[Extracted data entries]
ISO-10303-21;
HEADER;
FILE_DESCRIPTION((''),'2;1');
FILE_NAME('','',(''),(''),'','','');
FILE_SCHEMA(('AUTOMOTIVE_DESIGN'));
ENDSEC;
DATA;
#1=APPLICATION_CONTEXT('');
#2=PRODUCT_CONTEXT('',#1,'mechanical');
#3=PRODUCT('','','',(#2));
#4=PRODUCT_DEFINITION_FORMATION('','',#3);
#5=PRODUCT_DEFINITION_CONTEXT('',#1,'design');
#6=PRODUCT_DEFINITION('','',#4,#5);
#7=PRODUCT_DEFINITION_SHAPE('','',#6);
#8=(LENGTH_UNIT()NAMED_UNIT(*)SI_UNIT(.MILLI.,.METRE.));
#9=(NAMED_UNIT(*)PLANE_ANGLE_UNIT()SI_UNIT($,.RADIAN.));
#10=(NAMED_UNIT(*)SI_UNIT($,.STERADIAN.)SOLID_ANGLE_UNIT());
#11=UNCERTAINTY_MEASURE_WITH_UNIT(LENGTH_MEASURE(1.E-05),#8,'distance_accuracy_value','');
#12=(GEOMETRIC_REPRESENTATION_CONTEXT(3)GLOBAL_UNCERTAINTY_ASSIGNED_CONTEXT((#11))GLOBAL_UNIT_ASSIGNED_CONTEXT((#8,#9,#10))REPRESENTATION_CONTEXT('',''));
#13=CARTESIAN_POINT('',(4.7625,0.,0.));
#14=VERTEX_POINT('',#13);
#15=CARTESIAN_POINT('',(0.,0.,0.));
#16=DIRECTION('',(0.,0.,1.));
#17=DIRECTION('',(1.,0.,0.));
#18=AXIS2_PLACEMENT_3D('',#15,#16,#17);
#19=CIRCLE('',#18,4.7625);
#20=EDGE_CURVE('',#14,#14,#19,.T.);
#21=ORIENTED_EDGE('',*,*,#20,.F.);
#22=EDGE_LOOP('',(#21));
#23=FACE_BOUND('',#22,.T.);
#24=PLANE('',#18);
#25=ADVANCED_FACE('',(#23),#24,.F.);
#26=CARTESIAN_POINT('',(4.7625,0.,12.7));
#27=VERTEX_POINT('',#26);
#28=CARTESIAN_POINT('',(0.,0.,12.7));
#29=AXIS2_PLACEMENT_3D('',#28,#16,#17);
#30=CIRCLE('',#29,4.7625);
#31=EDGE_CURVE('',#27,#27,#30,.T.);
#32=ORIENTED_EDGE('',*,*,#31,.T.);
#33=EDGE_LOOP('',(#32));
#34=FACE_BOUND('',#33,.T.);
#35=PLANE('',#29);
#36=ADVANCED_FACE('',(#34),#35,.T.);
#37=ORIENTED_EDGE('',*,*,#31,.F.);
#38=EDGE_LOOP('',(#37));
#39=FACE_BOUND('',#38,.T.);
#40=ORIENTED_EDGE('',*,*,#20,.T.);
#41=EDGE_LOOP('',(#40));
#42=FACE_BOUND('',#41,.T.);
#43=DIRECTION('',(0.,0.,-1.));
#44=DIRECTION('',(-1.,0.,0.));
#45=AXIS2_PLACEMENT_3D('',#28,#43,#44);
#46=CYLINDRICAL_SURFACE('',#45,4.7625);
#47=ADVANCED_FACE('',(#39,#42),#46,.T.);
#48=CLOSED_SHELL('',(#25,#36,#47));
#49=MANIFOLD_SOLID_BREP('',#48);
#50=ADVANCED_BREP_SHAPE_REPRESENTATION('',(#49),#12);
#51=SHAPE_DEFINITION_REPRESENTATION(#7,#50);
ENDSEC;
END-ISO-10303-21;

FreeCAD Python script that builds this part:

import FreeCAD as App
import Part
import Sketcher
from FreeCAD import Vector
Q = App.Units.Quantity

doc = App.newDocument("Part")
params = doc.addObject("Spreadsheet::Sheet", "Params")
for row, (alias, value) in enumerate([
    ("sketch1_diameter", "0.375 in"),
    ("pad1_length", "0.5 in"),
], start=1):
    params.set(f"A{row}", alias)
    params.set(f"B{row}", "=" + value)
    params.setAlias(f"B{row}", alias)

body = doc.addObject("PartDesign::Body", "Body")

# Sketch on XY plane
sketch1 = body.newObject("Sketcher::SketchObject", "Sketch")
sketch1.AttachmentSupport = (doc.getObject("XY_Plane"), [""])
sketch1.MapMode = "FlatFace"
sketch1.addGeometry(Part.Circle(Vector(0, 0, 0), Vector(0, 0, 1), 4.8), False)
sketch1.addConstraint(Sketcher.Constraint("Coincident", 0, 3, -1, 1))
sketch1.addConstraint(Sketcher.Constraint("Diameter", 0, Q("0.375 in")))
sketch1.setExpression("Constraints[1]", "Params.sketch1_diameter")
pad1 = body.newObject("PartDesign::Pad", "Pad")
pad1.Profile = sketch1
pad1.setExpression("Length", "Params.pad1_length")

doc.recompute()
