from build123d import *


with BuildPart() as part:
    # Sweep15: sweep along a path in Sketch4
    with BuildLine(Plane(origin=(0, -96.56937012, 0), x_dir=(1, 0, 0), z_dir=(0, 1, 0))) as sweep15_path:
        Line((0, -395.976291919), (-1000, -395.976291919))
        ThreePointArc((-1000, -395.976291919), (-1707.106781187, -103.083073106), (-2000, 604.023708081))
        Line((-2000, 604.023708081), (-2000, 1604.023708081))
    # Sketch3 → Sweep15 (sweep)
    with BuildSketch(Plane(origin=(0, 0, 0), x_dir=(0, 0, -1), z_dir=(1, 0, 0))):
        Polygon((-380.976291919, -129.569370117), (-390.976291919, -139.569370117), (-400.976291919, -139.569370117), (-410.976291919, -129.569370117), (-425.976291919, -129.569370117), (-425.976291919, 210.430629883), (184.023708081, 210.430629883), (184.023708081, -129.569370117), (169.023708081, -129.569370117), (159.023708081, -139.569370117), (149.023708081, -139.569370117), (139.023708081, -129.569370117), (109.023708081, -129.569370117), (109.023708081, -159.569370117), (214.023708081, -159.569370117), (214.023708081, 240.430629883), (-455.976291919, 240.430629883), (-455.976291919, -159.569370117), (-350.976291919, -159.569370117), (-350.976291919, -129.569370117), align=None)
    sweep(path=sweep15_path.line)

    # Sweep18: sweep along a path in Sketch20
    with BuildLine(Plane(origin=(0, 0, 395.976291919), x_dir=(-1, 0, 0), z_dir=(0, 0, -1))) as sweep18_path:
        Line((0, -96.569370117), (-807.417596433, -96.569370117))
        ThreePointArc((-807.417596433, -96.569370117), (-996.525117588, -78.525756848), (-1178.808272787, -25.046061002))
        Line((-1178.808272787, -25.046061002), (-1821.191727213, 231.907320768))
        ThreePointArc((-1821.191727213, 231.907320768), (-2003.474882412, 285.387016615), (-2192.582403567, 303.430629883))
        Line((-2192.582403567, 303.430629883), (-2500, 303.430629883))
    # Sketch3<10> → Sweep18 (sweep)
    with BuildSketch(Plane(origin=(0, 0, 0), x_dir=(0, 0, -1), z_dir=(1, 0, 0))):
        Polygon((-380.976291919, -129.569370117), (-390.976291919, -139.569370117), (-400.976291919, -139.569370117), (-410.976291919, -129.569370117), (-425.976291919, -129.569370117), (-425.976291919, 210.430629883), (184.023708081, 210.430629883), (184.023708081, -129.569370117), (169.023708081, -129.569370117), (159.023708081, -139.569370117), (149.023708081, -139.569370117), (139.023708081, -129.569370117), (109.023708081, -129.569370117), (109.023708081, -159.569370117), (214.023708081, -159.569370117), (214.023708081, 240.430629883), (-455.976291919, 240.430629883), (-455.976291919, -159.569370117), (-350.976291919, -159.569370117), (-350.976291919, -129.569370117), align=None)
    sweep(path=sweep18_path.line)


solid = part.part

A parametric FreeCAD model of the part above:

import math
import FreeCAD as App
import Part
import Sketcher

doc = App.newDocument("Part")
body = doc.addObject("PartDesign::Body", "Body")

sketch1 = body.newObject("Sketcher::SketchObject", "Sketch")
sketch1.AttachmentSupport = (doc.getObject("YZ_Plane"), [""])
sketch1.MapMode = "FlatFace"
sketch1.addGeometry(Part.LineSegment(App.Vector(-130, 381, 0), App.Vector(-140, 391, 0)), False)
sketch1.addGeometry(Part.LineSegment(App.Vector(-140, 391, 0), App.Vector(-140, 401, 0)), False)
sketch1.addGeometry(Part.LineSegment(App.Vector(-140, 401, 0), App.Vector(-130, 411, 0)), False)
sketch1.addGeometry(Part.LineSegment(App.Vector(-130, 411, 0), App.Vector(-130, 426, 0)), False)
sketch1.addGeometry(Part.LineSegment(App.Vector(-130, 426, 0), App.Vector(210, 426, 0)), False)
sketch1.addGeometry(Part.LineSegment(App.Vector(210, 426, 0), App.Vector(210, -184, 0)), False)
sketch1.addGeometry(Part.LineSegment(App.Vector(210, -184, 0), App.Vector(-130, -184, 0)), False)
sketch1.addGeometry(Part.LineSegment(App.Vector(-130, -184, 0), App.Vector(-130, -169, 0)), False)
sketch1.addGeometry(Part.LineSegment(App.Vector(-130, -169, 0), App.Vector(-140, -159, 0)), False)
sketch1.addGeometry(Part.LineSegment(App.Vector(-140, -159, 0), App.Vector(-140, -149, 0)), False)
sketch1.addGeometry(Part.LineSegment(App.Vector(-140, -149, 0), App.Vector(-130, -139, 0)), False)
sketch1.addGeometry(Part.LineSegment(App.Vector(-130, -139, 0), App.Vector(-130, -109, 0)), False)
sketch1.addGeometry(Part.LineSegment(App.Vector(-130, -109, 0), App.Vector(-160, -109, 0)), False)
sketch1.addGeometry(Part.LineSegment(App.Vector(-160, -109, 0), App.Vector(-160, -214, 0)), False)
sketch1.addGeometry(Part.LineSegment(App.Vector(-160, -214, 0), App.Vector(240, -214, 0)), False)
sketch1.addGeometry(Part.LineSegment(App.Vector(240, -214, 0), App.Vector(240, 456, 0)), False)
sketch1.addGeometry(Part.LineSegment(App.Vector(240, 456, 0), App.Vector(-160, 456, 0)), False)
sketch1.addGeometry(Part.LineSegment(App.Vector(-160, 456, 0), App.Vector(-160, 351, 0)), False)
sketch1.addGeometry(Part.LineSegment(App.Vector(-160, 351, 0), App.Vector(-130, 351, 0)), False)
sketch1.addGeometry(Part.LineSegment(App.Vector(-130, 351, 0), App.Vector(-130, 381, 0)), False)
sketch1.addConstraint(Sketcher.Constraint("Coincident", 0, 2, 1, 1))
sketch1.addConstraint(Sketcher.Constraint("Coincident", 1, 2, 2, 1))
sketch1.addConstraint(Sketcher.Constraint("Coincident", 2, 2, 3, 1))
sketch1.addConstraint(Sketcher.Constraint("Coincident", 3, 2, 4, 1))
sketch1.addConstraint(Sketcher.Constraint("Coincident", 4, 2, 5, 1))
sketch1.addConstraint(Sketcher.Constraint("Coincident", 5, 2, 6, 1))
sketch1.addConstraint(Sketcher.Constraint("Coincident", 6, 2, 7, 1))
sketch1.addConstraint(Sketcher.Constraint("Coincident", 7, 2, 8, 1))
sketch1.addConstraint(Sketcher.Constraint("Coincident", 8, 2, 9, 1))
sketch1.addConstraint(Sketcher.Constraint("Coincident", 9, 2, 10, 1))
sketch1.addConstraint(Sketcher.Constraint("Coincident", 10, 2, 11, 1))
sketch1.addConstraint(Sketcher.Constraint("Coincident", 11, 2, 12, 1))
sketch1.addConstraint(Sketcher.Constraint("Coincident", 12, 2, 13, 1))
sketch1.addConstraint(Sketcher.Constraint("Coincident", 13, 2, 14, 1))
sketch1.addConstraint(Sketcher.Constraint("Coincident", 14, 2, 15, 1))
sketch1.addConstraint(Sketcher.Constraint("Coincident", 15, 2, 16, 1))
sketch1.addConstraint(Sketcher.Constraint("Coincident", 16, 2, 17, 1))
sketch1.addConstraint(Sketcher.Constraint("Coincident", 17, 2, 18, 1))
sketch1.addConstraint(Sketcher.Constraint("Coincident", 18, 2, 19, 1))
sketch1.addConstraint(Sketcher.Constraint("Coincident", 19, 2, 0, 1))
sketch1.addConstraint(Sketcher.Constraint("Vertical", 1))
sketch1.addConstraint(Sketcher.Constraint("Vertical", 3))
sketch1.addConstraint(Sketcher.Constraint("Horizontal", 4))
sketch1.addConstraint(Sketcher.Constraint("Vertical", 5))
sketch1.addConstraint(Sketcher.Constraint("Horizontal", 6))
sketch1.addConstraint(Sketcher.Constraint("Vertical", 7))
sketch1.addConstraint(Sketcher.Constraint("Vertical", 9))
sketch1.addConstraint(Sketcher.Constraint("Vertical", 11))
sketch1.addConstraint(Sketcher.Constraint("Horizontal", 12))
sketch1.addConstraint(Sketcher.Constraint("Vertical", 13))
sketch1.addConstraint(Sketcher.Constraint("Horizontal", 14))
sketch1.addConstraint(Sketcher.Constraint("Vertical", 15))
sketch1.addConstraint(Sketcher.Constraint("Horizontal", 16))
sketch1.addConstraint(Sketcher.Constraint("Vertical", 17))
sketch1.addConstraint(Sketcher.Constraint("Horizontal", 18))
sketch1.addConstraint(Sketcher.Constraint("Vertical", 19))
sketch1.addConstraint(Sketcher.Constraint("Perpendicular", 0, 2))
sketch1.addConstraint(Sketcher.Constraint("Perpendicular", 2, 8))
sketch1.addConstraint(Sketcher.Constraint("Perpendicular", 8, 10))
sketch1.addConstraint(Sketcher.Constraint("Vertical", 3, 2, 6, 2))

» **REQUIRED ACTION**
Check each line in the data for the word "along", then report only how many lines contain it.

» **COMPLETED EXERCISE**
2